» DESCRIPTION OF THE TASK: Check every line of the records below for the string "dimension", then report only how many lines have it.

BEGIN DATASET ENTRIES

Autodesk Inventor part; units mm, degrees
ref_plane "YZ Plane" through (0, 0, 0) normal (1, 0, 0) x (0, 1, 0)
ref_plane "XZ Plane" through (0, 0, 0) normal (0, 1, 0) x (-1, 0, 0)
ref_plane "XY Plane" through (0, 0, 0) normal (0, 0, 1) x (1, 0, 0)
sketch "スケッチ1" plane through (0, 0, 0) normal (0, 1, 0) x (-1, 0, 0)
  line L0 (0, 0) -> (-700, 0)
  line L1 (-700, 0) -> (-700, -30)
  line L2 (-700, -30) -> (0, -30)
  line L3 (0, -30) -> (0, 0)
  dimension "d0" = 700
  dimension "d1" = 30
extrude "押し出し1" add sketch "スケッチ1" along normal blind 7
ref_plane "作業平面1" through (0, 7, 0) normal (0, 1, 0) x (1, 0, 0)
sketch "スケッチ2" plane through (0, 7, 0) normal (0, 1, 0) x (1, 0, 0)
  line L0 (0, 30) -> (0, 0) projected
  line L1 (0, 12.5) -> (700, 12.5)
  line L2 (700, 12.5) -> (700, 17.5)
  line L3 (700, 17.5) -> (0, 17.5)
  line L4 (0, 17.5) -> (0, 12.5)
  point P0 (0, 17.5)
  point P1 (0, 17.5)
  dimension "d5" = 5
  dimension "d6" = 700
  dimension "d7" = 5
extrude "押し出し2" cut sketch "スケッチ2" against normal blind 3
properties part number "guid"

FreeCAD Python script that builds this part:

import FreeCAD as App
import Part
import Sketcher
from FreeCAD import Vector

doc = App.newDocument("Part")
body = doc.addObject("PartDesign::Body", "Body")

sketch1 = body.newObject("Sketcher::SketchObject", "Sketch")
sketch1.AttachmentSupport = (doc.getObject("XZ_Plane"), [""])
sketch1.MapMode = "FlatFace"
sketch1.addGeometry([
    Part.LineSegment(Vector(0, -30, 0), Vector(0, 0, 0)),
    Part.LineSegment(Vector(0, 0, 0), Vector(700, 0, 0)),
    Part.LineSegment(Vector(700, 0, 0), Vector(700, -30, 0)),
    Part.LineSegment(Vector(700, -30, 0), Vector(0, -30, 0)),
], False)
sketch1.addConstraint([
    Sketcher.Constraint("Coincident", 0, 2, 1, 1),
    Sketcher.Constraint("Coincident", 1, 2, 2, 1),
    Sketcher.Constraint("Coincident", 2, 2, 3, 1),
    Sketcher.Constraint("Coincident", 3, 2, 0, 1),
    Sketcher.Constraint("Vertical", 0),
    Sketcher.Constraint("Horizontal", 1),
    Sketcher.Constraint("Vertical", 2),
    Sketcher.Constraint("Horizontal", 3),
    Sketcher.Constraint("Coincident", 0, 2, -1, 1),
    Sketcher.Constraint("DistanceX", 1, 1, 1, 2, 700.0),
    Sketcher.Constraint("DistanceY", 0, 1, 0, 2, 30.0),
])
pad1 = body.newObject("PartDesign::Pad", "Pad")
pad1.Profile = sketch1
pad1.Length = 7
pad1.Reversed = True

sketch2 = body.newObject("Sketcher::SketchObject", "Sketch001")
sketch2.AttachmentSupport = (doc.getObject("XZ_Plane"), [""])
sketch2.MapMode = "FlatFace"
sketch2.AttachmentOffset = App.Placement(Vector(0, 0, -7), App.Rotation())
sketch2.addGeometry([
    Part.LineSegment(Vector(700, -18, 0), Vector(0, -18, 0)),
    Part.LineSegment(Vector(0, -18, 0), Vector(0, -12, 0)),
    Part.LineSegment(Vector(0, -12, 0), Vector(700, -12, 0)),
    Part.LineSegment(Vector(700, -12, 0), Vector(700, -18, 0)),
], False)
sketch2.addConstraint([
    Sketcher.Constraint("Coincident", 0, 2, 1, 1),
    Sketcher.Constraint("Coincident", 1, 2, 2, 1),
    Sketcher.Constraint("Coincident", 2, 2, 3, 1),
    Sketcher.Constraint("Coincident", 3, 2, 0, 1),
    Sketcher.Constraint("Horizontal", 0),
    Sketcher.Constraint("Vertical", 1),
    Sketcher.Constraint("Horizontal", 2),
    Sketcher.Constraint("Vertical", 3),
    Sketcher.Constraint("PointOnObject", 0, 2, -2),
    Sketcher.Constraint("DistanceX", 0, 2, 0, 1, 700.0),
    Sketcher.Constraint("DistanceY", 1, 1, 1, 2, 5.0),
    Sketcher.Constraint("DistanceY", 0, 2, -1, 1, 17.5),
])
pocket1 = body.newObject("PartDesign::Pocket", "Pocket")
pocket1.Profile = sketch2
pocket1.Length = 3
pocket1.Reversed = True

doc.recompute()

END DATASET ENTRIES

» FINAL ANSWER: 5